§ **SUPPLIED ENTRIES**
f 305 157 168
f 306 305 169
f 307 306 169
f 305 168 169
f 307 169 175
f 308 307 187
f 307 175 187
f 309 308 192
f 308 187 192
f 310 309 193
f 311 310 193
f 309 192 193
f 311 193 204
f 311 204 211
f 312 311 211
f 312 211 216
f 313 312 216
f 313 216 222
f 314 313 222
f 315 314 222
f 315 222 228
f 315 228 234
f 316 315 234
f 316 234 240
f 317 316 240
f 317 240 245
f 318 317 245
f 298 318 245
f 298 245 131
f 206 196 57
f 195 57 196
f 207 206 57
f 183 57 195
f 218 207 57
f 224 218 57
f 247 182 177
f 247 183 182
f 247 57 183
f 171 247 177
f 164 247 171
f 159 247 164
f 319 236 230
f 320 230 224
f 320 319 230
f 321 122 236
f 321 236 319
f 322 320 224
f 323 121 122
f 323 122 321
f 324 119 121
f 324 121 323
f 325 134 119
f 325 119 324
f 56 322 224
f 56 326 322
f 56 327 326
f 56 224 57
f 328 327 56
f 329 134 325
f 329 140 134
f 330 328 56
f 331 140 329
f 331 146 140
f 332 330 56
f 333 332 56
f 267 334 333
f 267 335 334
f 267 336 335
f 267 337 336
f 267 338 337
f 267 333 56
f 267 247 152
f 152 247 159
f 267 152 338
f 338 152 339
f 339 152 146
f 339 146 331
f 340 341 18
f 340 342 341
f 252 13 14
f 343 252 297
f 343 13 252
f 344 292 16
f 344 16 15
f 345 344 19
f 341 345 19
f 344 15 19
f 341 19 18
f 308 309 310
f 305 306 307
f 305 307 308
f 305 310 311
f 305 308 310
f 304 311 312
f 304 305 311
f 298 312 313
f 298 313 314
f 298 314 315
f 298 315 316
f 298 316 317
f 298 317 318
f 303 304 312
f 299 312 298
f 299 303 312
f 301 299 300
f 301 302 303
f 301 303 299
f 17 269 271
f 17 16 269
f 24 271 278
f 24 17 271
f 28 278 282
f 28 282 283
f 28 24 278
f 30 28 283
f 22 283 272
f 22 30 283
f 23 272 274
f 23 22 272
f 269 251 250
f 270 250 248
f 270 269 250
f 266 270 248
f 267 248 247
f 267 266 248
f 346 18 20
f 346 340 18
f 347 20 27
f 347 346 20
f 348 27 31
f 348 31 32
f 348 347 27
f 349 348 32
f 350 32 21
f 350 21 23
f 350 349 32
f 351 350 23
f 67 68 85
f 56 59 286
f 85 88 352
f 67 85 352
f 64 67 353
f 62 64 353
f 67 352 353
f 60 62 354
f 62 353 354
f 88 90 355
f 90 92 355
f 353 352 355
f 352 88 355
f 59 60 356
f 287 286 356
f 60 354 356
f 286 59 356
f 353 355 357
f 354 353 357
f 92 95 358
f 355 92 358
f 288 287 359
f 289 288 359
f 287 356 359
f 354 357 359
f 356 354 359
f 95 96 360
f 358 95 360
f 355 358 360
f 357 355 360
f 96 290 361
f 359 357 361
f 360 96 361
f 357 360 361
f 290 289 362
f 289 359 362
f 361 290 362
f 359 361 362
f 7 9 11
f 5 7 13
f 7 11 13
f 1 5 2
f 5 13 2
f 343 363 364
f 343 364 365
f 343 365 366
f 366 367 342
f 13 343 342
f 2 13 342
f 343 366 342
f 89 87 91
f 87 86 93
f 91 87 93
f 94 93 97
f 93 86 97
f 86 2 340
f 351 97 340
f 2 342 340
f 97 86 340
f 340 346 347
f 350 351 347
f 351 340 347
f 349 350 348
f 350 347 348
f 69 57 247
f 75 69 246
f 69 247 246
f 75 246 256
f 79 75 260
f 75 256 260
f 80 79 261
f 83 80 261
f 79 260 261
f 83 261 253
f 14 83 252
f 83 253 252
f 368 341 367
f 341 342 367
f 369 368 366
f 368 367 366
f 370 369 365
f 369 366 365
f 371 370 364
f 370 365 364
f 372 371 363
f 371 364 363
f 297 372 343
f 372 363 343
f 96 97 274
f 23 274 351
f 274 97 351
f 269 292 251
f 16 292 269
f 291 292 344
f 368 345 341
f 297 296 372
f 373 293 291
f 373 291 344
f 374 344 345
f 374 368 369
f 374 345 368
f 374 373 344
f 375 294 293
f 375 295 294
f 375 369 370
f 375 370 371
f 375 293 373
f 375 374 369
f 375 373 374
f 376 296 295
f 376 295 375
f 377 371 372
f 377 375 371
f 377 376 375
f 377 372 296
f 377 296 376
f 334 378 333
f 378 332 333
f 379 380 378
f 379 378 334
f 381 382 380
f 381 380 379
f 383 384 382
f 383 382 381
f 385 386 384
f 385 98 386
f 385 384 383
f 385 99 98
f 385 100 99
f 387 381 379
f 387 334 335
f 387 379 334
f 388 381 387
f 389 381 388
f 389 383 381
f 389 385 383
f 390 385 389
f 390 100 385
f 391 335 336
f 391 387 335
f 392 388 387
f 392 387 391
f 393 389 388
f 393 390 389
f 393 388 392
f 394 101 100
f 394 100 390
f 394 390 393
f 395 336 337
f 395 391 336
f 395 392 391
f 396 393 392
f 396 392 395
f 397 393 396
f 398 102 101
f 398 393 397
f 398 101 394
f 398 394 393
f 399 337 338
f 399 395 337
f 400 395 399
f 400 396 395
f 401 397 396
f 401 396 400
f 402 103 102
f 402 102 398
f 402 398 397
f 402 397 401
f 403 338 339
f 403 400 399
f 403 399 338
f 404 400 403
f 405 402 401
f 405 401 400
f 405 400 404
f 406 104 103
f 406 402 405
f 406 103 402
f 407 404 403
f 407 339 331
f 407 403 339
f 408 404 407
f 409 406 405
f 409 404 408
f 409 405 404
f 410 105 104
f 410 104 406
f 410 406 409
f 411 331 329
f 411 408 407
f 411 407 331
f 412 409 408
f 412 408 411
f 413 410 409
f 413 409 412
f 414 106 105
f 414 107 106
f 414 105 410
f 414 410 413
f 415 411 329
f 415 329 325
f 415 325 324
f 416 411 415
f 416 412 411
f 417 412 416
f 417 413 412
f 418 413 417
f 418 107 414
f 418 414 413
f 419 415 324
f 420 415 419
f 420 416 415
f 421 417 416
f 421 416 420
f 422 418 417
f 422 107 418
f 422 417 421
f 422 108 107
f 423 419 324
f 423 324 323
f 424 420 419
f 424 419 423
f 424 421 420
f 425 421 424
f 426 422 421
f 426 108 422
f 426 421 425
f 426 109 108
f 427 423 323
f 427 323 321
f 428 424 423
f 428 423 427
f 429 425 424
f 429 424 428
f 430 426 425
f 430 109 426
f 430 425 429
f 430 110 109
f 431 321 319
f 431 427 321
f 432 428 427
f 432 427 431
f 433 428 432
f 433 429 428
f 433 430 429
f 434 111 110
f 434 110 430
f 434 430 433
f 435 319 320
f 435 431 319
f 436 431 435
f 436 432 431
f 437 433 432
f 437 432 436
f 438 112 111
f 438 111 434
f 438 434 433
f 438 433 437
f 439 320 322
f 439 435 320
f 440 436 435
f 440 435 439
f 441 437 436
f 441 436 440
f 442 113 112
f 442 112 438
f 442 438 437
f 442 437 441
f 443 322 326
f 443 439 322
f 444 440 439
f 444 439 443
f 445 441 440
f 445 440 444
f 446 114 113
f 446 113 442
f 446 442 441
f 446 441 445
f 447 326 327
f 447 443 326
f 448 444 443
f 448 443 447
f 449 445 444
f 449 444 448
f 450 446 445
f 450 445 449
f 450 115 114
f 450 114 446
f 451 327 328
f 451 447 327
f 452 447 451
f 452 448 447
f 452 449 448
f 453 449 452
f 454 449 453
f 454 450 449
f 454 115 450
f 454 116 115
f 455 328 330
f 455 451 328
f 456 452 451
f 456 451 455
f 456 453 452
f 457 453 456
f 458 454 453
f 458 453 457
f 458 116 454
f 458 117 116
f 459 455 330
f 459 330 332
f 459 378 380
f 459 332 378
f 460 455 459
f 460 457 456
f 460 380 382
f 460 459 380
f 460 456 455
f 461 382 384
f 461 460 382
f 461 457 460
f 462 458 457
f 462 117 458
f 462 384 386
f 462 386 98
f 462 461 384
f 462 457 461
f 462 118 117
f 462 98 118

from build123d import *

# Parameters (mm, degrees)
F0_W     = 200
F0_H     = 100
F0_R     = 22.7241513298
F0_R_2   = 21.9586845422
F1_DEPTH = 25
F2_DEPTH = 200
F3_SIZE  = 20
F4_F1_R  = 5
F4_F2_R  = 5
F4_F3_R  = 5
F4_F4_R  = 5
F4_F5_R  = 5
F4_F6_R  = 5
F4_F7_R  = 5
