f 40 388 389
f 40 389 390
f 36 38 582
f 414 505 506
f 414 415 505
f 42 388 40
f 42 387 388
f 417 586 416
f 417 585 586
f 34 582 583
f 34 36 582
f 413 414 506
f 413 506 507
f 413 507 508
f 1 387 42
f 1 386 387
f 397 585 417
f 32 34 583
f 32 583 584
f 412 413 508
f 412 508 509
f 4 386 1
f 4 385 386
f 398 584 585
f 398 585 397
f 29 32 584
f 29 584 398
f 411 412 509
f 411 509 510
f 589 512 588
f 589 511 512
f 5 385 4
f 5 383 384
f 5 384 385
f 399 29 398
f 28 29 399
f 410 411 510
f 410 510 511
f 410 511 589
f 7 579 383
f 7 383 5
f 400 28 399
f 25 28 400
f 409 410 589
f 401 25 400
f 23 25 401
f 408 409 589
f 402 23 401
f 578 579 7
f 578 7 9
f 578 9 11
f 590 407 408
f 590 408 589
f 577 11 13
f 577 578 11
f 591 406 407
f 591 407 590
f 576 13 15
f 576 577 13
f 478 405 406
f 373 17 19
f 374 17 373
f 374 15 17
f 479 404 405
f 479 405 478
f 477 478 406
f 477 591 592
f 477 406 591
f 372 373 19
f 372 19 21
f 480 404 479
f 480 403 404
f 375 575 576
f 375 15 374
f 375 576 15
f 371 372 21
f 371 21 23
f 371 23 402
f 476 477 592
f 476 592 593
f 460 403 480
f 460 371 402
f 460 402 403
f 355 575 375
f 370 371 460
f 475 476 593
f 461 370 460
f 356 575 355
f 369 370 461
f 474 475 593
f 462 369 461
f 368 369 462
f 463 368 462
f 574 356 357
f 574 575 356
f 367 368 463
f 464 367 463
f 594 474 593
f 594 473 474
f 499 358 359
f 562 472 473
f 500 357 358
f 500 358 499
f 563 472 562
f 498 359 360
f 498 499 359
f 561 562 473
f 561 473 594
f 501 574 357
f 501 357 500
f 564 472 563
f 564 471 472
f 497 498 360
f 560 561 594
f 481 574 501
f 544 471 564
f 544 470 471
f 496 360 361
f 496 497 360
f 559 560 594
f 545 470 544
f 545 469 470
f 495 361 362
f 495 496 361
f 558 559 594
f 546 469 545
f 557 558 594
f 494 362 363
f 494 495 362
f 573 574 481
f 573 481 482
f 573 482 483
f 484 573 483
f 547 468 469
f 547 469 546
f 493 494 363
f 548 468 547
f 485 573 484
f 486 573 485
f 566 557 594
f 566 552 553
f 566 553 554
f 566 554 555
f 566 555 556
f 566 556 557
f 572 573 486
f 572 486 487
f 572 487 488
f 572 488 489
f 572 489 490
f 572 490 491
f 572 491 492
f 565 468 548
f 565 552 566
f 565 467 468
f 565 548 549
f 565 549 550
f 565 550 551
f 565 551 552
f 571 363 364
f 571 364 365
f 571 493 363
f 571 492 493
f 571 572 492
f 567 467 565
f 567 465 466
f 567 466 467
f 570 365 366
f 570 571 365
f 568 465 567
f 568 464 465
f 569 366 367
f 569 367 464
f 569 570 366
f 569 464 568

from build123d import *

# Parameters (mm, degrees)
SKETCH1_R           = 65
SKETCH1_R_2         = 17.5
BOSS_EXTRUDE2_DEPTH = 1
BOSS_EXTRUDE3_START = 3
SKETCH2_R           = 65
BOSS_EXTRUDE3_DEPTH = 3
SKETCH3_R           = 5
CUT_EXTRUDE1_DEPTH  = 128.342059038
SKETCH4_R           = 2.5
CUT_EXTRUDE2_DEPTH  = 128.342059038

§ **TASK DETAILS**
Please output only the lines from the first line of the entries through the line with "f 325 134 119", both included, exactly as written.

§ **WRITTEN SOLUTION**
f 305 157 168
f 306 305 169
f 307 306 169
f 305 168 169
f 307 169 175
f 308 307 187
f 307 175 187
f 309 308 192
f 308 187 192
f 310 309 193
f 311 310 193
f 309 192 193
f 311 193 204
f 311 204 211
f 312 311 211
f 312 211 216
f 313 312 216
f 313 216 222
f 314 313 222
f 315 314 222
f 315 222 228
f 315 228 234
f 316 315 234
f 316 234 240
f 317 316 240
f 317 240 245
f 318 317 245
f 298 318 245
f 298 245 131
f 206 196 57
f 195 57 196
f 207 206 57
f 183 57 195
f 218 207 57
f 224 218 57
f 247 182 177
f 247 183 182
f 247 57 183
f 171 247 177
f 164 247 171
f 159 247 164
f 319 236 230
f 320 230 224
f 320 319 230
f 321 122 236
f 321 236 319
f 322 320 224
f 323 121 122
f 323 122 321
f 324 119 121
f 324 121 323
f 325 134 119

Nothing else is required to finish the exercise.